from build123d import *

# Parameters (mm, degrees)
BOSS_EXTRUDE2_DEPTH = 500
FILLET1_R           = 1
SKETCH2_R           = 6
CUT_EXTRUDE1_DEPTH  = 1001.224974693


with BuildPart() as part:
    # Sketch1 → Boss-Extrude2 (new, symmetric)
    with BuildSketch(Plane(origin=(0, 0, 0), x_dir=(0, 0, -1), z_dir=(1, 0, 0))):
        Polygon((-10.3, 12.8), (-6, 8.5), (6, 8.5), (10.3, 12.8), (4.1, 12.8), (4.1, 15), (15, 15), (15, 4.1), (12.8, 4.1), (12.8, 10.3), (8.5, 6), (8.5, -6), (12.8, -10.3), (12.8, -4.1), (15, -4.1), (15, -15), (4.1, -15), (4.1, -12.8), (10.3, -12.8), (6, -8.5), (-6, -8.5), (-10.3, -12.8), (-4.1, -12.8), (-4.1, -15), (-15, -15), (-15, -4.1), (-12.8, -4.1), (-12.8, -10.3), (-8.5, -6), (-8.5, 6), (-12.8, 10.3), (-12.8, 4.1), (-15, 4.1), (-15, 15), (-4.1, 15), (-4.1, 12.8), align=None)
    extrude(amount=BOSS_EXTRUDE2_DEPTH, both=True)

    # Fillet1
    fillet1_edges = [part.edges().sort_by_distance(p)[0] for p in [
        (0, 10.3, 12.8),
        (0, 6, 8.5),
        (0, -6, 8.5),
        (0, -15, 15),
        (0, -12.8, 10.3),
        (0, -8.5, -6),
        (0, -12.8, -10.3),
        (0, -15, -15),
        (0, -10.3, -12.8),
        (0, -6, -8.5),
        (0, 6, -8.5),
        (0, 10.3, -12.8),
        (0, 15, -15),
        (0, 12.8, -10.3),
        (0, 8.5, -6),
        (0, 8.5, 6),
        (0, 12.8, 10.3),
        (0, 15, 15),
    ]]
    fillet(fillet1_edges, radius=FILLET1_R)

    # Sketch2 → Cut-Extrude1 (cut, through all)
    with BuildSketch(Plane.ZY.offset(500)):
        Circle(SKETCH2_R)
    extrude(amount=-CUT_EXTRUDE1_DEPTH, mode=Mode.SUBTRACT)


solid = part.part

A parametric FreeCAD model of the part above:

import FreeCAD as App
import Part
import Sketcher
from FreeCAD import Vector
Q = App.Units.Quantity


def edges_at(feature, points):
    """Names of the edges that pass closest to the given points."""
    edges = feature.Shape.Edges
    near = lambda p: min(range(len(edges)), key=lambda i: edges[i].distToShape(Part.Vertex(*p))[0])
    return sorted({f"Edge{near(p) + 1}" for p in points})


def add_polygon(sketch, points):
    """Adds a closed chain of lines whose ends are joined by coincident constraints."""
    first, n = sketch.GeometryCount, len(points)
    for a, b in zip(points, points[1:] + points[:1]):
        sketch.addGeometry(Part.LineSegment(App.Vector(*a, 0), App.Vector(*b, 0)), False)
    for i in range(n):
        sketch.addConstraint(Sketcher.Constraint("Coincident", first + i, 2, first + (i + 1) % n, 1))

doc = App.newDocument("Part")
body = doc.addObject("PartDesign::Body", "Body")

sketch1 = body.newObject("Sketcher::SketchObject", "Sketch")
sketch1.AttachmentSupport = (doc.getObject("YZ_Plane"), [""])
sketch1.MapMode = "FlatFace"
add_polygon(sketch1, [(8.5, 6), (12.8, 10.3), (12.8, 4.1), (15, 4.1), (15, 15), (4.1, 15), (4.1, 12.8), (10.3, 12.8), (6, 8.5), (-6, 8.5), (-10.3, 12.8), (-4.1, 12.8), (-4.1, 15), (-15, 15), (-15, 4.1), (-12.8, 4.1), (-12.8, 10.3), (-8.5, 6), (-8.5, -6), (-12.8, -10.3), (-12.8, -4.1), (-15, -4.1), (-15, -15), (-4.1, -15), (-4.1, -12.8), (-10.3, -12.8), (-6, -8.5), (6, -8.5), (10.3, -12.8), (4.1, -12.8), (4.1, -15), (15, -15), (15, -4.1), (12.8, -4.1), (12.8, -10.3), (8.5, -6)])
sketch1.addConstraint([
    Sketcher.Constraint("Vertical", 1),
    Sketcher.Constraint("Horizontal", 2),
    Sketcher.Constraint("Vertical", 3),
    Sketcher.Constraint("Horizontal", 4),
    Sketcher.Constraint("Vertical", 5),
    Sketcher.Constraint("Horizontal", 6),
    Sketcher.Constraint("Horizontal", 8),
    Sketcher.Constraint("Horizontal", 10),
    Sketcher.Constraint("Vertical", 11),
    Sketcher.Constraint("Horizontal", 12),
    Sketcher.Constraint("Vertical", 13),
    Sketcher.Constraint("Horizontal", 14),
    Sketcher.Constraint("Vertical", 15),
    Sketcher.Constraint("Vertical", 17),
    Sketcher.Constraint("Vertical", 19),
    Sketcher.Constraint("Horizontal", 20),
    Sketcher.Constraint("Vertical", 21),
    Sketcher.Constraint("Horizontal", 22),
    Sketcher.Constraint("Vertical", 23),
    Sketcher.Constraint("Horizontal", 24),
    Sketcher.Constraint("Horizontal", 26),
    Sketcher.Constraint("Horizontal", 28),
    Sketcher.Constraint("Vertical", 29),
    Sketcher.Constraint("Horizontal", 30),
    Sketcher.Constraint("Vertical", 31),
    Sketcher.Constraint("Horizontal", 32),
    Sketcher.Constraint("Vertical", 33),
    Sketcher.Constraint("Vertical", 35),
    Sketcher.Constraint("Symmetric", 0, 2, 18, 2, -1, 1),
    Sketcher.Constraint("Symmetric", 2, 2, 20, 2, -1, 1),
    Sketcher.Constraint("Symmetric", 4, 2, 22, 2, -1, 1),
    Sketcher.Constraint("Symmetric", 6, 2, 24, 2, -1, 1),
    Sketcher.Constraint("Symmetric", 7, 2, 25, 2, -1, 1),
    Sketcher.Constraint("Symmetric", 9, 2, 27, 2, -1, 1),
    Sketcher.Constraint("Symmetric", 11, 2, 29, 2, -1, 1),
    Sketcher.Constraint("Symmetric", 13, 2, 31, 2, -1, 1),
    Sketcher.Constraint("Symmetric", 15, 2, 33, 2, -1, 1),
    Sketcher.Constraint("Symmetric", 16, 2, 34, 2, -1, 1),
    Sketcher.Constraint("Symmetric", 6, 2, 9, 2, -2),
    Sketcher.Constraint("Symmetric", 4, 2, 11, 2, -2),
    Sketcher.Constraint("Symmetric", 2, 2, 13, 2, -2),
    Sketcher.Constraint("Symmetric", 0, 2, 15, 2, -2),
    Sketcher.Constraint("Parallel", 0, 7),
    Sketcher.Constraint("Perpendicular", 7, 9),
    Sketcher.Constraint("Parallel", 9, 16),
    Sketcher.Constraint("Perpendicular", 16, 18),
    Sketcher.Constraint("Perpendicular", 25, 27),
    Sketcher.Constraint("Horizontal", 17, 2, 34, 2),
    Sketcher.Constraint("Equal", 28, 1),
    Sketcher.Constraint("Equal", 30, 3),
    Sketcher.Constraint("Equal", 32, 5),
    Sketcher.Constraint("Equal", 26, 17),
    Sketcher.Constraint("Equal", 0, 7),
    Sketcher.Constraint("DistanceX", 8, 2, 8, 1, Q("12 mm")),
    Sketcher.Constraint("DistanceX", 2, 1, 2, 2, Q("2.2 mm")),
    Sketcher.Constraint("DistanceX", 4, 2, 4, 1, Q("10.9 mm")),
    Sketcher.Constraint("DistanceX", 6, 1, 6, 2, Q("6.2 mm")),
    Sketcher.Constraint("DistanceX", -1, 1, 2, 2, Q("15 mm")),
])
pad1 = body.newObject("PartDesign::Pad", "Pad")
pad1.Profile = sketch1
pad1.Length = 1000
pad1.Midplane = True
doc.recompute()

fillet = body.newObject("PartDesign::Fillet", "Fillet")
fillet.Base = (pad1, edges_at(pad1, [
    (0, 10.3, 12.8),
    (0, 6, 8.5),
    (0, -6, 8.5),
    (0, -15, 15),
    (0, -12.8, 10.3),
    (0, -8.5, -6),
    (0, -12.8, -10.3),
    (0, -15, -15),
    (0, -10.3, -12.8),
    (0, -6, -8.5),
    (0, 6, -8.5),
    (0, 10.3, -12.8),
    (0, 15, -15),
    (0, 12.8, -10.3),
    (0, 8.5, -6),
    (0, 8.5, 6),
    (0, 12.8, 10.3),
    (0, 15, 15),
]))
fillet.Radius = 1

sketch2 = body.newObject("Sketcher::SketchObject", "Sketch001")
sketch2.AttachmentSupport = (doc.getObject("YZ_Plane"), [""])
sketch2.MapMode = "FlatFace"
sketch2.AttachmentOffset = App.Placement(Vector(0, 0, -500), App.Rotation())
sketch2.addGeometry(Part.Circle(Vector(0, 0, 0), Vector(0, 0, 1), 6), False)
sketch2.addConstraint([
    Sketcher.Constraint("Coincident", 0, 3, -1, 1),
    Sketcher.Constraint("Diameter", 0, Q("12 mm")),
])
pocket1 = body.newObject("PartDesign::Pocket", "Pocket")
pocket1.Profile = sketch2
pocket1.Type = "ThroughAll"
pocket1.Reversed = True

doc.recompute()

--

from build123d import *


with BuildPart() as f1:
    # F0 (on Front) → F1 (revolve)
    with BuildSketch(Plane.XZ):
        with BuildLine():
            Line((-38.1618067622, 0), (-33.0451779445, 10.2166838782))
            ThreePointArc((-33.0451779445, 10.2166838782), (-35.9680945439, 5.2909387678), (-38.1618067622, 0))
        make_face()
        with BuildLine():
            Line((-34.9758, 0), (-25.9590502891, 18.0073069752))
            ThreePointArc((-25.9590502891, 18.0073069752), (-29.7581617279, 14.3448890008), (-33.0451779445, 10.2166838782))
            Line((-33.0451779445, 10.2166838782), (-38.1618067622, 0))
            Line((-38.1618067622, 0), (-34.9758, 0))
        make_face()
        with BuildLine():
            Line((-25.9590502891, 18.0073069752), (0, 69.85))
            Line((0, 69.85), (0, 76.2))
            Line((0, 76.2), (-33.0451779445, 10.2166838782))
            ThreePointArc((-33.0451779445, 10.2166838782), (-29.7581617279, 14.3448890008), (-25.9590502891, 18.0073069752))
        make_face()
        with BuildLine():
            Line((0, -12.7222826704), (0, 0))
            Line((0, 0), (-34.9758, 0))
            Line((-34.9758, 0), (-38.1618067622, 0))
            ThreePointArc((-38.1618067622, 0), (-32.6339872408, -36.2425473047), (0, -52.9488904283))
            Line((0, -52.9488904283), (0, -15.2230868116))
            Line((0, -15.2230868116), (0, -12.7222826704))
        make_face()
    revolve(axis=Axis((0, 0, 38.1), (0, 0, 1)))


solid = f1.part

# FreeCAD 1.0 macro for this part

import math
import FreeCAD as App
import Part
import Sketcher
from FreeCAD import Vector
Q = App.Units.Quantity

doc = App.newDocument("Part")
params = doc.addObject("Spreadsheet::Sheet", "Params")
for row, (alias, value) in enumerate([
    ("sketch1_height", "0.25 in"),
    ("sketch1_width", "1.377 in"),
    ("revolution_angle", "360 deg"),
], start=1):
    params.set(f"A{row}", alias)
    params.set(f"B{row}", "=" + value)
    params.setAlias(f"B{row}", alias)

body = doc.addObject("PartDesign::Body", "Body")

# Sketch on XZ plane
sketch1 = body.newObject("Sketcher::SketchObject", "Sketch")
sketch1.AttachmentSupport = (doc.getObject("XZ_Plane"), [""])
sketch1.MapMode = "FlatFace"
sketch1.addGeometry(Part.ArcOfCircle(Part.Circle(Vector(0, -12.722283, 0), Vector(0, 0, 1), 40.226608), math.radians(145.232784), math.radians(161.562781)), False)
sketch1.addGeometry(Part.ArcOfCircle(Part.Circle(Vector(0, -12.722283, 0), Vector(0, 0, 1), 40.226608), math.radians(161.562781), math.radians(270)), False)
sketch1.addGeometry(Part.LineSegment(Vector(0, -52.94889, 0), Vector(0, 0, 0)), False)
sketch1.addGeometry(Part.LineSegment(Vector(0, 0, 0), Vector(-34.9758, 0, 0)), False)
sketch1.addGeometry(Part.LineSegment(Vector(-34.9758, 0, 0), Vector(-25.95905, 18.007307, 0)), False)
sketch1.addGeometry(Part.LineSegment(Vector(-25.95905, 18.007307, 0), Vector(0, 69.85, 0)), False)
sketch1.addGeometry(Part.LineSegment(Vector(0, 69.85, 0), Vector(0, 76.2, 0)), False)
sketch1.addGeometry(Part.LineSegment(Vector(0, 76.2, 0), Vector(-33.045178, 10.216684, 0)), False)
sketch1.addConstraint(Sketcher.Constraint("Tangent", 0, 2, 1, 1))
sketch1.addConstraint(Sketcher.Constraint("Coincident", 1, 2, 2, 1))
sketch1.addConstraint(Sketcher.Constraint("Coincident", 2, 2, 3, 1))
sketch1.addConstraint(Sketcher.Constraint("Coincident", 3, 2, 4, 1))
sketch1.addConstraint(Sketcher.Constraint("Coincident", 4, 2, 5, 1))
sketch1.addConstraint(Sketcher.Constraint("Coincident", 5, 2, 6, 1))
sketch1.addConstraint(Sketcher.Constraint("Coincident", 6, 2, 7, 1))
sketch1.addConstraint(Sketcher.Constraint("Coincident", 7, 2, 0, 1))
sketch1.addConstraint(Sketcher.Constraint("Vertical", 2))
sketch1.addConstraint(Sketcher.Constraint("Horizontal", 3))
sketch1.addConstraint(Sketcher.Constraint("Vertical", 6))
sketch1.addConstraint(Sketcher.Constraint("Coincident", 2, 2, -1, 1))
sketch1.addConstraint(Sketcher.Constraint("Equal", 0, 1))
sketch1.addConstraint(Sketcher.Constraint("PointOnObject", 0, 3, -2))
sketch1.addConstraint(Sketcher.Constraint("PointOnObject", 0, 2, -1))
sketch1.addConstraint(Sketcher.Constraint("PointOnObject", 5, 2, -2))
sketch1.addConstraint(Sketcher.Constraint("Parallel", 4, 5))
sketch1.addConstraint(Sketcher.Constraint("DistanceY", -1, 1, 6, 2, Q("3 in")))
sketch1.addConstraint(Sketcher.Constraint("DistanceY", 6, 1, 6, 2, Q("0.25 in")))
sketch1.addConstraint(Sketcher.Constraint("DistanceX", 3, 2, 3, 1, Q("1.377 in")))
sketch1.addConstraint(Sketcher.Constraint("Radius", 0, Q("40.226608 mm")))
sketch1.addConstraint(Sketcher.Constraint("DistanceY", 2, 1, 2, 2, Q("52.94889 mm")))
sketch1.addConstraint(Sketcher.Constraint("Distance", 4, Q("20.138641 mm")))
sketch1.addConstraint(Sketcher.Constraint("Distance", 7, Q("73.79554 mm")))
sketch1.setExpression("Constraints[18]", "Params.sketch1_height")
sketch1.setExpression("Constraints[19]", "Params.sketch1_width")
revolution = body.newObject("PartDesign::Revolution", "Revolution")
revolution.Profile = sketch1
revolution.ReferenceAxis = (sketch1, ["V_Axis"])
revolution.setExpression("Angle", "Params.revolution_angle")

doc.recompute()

--

_What the task requires_:
Extract the lines of the preceding material that run from the line with "Line((-38.1618067622, 0), (-33.0451779445, 10.2166838782))" through the line with "Line((0, 76.2), (-33.0451779445, 10.2166838782))", inclusive, reproducing them exactly and adding nothing.

_The completed task_:
            Line((-38.1618067622, 0), (-33.0451779445, 10.2166838782))
            ThreePointArc((-33.0451779445, 10.2166838782), (-35.9680945439, 5.2909387678), (-38.1618067622, 0))
        make_face()
        with BuildLine():
            Line((-34.9758, 0), (-25.9590502891, 18.0073069752))
            ThreePointArc((-25.9590502891, 18.0073069752), (-29.7581617279, 14.3448890008), (-33.0451779445, 10.2166838782))
            Line((-33.0451779445, 10.2166838782), (-38.1618067622, 0))
            Line((-38.1618067622, 0), (-34.9758, 0))
        make_face()
        with BuildLine():
            Line((-25.9590502891, 18.0073069752), (0, 69.85))
            Line((0, 69.85), (0, 76.2))
            Line((0, 76.2), (-33.0451779445, 10.2166838782))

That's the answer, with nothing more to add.